Department of Gastrointestinal Surgery, The Affiliated Hospital of Qingdao University, Jiangsu Road 16#, Qingdao, Shandong 266400, People's Republic of China.
Institute of Translational Medicine, Zhejiang University, Hangzhou, ZJ, China.
Acad Radiol. 2023 Sep;30 Suppl 1:S207-S219. doi: 10.1016/j.acra.2023.03.023. Epub 2023 May 5.
To investigate the feasibility of integrating radiomics and morphological features based on computed tomography enterography (CTE) for developing a noninvasive grading model for mucosal activity and surgery risk of Crohn's disease (CD) patients.

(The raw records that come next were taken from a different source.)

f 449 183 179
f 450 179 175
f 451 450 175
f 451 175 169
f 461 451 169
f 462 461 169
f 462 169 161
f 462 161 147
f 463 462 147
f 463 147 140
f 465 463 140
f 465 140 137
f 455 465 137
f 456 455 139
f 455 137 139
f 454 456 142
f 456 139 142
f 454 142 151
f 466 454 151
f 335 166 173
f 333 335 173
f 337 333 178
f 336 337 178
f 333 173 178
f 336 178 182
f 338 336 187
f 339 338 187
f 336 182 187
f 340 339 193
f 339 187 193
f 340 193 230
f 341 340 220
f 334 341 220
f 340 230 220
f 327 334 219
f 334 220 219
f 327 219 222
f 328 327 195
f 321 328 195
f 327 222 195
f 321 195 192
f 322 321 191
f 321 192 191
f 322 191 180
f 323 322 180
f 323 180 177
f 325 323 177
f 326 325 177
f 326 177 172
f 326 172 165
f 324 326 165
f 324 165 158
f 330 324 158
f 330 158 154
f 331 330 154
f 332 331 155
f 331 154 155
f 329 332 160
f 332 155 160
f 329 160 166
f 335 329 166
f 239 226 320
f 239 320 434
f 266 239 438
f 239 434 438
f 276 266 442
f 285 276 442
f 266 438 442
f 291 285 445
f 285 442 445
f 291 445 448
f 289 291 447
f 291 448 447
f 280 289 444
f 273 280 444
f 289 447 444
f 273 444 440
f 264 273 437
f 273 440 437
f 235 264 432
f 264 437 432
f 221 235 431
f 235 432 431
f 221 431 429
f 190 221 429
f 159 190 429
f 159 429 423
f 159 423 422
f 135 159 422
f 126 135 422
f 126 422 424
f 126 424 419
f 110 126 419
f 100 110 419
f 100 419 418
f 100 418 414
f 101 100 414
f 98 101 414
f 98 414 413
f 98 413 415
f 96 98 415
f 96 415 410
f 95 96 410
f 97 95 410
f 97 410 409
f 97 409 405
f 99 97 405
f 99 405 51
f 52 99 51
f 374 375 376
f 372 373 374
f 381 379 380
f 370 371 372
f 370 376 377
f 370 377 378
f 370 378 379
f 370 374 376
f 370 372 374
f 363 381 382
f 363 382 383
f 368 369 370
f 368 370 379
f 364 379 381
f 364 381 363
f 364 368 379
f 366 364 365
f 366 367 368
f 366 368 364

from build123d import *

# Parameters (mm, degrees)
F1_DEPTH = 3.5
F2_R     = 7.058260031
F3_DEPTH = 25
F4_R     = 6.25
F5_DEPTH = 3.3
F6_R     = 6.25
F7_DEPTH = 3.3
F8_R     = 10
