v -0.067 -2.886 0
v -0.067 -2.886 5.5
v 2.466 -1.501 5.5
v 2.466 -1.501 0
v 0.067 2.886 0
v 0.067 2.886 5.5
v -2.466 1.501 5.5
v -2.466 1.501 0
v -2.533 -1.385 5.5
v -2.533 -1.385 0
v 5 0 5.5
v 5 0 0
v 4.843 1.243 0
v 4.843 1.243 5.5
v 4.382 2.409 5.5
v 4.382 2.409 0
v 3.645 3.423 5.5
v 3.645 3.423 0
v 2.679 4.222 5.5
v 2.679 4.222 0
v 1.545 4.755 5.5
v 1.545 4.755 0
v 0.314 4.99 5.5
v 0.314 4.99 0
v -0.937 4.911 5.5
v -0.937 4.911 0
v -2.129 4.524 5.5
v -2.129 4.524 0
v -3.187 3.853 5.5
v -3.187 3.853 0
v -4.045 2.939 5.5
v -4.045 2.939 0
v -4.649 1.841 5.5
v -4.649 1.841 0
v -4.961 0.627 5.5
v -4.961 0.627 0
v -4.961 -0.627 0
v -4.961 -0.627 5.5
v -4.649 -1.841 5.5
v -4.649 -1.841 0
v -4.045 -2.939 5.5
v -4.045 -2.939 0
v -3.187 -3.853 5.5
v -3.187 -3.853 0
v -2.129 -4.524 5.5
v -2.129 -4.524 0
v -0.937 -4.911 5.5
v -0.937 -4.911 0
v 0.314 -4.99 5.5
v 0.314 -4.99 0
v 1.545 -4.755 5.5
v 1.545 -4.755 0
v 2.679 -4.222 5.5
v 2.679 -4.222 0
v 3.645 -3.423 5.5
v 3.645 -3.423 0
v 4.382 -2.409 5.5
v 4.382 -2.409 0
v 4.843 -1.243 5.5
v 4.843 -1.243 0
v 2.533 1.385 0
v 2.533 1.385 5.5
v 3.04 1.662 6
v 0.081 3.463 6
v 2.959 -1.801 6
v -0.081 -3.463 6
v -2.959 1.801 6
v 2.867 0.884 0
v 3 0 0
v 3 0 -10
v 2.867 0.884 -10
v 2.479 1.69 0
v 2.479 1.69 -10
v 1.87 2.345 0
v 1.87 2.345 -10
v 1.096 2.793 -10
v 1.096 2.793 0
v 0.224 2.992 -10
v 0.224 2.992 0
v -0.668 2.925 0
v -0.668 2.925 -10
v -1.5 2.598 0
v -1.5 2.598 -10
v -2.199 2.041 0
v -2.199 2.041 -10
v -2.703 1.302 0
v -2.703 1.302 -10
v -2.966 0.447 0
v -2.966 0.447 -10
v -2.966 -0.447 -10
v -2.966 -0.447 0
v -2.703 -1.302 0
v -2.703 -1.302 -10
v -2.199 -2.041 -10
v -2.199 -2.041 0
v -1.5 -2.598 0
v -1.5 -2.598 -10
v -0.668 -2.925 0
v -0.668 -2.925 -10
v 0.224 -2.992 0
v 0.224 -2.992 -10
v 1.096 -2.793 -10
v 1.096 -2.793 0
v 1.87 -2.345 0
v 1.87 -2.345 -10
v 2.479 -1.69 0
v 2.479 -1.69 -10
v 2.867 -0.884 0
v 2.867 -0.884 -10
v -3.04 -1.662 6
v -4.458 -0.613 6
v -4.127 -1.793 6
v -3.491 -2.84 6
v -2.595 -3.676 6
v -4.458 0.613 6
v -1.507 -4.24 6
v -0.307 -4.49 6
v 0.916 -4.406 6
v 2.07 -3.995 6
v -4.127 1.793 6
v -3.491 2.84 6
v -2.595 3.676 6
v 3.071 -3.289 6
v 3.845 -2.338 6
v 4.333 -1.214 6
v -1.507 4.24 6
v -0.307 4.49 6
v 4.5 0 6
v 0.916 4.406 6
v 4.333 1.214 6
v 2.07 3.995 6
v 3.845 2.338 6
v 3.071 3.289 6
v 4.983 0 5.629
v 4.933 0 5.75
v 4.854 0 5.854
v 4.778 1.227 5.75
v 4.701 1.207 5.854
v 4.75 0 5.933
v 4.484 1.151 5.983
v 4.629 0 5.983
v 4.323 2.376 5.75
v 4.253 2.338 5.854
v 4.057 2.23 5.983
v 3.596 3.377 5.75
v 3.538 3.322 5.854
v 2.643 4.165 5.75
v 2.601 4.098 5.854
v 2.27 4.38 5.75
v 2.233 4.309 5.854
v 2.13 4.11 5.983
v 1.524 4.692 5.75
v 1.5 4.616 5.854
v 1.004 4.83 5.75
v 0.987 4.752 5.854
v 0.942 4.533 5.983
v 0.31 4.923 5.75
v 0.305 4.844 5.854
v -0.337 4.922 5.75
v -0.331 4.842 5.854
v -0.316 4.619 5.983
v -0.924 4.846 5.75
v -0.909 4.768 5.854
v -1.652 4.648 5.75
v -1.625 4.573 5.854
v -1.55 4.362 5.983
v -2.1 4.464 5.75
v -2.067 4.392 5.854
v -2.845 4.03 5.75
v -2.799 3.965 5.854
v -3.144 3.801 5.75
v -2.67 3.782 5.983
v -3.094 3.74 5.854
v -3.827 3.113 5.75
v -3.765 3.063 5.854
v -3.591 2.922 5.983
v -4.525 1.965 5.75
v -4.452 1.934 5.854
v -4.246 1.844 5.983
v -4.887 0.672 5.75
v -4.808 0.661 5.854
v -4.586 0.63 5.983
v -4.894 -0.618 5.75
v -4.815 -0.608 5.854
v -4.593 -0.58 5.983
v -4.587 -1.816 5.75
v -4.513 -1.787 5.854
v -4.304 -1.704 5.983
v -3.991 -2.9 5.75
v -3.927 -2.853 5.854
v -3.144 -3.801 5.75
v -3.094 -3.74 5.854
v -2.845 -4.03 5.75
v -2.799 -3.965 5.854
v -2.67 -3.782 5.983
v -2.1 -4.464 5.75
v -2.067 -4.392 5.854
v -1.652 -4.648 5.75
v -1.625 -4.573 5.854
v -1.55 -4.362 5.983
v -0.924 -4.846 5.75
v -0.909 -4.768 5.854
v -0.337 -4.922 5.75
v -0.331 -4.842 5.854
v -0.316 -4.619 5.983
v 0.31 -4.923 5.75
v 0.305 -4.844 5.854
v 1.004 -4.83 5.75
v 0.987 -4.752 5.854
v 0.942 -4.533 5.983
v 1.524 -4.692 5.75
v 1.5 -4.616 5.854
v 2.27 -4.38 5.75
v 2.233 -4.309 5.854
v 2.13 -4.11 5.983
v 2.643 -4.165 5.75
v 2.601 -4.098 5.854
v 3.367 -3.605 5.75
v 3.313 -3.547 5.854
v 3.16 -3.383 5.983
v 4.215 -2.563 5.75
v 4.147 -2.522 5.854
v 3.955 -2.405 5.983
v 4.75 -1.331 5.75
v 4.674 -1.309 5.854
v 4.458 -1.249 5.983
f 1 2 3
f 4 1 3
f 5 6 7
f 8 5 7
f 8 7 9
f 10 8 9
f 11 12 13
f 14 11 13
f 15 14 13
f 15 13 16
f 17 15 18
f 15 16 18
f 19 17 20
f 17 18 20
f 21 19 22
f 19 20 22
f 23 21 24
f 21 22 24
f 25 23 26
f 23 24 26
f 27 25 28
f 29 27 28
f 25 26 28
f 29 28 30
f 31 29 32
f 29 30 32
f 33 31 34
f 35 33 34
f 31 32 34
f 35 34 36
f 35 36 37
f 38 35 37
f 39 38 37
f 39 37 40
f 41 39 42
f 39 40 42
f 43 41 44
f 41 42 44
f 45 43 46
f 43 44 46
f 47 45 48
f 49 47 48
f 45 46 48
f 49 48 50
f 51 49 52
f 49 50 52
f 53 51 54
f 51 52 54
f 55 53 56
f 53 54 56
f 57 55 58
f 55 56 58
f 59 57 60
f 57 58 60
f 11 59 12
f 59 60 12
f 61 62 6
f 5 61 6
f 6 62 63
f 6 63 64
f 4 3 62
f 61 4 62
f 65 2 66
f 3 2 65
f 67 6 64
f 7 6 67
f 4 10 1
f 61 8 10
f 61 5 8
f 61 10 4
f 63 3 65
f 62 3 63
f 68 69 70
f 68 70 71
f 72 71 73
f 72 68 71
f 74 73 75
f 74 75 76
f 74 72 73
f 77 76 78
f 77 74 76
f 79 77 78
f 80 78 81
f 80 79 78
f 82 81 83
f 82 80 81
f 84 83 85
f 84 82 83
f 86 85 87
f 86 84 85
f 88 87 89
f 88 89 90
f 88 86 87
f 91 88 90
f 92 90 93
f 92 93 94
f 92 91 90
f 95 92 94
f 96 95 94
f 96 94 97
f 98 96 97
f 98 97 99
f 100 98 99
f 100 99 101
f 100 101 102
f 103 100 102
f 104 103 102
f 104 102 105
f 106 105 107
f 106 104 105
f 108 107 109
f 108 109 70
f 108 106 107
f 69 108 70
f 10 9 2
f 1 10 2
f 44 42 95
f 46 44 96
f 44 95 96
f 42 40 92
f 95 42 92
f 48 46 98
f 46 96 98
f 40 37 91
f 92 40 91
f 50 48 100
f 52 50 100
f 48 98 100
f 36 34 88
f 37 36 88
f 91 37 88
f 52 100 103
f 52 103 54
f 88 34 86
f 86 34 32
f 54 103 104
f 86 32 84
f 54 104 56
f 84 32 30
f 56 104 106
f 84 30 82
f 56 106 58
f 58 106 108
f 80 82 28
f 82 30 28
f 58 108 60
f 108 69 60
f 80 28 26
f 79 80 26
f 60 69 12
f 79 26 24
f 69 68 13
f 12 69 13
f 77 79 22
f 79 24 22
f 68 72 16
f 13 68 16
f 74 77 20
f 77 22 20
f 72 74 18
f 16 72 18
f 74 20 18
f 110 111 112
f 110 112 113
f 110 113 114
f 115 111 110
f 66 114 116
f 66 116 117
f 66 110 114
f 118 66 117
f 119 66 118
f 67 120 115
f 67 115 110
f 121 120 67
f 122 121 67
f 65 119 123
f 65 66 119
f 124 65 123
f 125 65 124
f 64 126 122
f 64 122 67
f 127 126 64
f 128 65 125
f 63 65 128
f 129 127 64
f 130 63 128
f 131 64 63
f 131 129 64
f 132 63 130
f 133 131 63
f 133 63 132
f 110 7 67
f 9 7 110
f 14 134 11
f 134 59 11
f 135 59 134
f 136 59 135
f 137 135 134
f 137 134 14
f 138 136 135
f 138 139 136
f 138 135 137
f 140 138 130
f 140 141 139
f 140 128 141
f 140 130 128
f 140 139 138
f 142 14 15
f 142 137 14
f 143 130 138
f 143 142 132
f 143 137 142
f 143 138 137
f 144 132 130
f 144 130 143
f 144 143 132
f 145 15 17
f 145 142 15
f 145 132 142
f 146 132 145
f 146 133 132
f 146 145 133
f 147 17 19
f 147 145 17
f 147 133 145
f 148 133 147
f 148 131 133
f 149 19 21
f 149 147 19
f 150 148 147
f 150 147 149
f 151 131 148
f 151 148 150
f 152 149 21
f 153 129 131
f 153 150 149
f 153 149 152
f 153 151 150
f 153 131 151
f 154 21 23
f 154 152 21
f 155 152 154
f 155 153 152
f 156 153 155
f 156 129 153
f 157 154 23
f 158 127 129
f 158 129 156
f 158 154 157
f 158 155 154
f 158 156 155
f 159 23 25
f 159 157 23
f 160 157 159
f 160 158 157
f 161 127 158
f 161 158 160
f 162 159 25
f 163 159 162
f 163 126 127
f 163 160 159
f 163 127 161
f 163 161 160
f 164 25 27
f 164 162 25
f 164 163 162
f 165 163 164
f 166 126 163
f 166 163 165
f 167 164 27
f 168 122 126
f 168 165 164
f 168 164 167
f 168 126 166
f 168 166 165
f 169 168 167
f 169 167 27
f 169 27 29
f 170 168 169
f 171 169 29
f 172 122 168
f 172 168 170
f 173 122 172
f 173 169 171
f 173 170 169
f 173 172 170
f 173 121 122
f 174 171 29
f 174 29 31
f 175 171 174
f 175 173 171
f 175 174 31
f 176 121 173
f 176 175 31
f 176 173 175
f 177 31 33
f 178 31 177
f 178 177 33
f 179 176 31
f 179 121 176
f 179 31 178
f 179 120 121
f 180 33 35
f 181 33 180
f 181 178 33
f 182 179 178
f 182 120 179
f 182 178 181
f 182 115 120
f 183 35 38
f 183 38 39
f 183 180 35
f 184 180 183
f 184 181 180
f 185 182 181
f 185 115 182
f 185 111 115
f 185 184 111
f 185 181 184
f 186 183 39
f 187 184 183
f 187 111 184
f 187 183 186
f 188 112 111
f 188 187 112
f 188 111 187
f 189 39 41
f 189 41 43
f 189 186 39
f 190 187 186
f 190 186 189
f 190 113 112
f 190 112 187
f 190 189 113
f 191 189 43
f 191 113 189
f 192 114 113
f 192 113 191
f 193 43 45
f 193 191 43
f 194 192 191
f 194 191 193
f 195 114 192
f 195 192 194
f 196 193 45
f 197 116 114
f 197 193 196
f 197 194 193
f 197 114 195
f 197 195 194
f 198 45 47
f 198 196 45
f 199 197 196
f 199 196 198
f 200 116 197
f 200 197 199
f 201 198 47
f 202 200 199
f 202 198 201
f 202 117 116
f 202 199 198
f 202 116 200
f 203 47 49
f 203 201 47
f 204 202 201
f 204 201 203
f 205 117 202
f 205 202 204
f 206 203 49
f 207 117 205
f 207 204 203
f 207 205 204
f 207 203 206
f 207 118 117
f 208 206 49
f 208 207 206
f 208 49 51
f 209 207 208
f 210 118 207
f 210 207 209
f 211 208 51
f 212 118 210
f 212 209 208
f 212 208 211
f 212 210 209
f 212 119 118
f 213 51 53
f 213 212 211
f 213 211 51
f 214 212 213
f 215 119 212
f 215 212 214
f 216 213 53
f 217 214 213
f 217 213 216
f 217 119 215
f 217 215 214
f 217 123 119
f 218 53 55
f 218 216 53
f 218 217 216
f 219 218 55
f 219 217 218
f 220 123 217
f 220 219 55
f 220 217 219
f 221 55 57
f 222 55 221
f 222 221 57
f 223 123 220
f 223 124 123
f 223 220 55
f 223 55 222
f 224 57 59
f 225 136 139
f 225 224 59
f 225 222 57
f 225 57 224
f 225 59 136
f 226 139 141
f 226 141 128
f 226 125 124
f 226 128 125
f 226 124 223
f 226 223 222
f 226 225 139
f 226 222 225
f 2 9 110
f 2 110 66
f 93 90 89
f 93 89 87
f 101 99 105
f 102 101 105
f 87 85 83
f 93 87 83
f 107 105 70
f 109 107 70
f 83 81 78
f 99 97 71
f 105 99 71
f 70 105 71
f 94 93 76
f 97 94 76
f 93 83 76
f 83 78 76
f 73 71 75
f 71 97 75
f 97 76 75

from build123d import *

# Parameters (mm, degrees)
SKETCH2_R          = 3
EXTRUDE1_DEPTH     = 10
SKETCH3_R          = 5
EXTRUDE2_DEPTH     = 6
CUT_EXTRUDE1_DEPTH = 6
FILLET1_R          = 0.5
CHAMFER1_SIZE      = 0.5


with BuildPart() as part:
    # Sketch2 → Extrude1 (new body)
    with BuildSketch(Plane.XY):
        Circle(SKETCH2_R)
    extrude(amount=-EXTRUDE1_DEPTH)

    # Sketch3 → Extrude2 (add)
    with BuildSketch(Plane.XY):
        Circle(SKETCH3_R)
    extrude(amount=EXTRUDE2_DEPTH)

    # Sketch4 → Cut-Extrude1 (cut)
    with BuildSketch(Plane.XY.offset(6)):
        Polygon((-2.46568884, 1.501236783), (-2.532953611, -1.384730781), (-0.067264771, -2.885967565), (2.46568884, -1.501236783), (2.532953611, 1.384730781), (0.067264771, 2.885967565), align=None)
    extrude(amount=-CUT_EXTRUDE1_DEPTH, mode=Mode.SUBTRACT)

    # Fillet1
    fillet1_edges = [part.edges().sort_by_distance(p)[0] for p in [
        (-5, 0, 6),
    ]]
    fillet(fillet1_edges, radius=FILLET1_R)

    # Chamfer1
    chamfer1_edges = [part.edges().sort_by_distance(p)[0] for p in [
        (-1.199212034, 2.193602174, 6),
        (-2.499321225, 0.058253001, 6),
        (-1.300109191, -2.135349173, 6),
        (1.199212034, -2.193602174, 6),
        (2.499321225, -0.058253001, 6),
        (1.300109191, 2.135349173, 6),
    ]]
    chamfer(chamfer1_edges, length=CHAMFER1_SIZE)


solid = part.part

A total of 167 patients from three centers were enrolled. Radiomics and image morphological features were extracted to quantify segmental and global simple endoscopic score for Crohn's disease (SES-CD). An image-fusion-based support vector machine (SVM) classifier was used for grading SES-CD and identifying moderate-to-severe SES-CD. The performance of the predictive model was assessed using the area under the receiver operating characteristic curve (AUC). A multiparametric model was developed to predict surgical progression in CD patients by combining sum-image scores and clinical data.
The AUC values of the multicategorical segmental SES-CD fusion radiomic model based on a combination of luminal and mesenteric radiomics were 0.828 and 0.709 in training and validation cohorts. The image fusion model integrating the fusion radiomics and morphological features could accurately distinguish bowel segments with moderate-to-severe SES-CD in both the training cohort (AUC = 0.847, 95% confidence interval (CI): 0.784-0.902) and the validation cohort (AUC = 0.896, 95% CI: 0.812-0.960). A predictive nomogram for interval surgery was developed based on multivariable cox analysis.
This study demonstrated the feasibility of integrating lumen and mesentery radiomic features to develop a promising noninvasive grading model for mucosal activity of CD. In combination with clinical data, the fusion-image score may yield an accurate prognostic model for time to surgery.
本研究旨在探索基于 CT 肠造影(CTE)的影像组学与形态学特征相结合,构建克罗恩病(CD)患者黏膜活动度和手术风险无创分级模型的可行性。
本研究纳入了来自三个中心的 167 名患者。提取影像组学和形态学特征,定量评估节段性和全段简单内镜评分克罗恩病(SES-CD)。采用基于图像融合的支持向量机(SVM)分类器对 SES-CD 进行分级,并识别中重度 SES-CD。采用受试者工作特征曲线下面积(AUC)评估预测模型的性能。通过联合总和图像评分和临床数据,建立预测 CD 患者手术进展的多参数模型。
基于肠腔和肠系膜影像组学融合的多分类节段 SES-CD 融合影像组学模型在训练组和验证组的 AUC 值分别为 0.828 和 0.709。融合影像组学和形态学特征的图像融合模型能够准确区分训练组(AUC=0.847,95%置信区间(CI):0.784-0.902)和验证组(AUC=0.896,95%CI:0.812-0.960)中中重度 SES-CD 的肠段。基于多变量 Cox 分析,建立了用于预测间隔手术的预测列线图。
本研究表明,融合肠腔和肠系膜影像组学特征构建 CD 黏膜活动度无创分级模型具有可行性。融合图像评分与临床数据相结合,可能为手术时间提供准确的预后模型。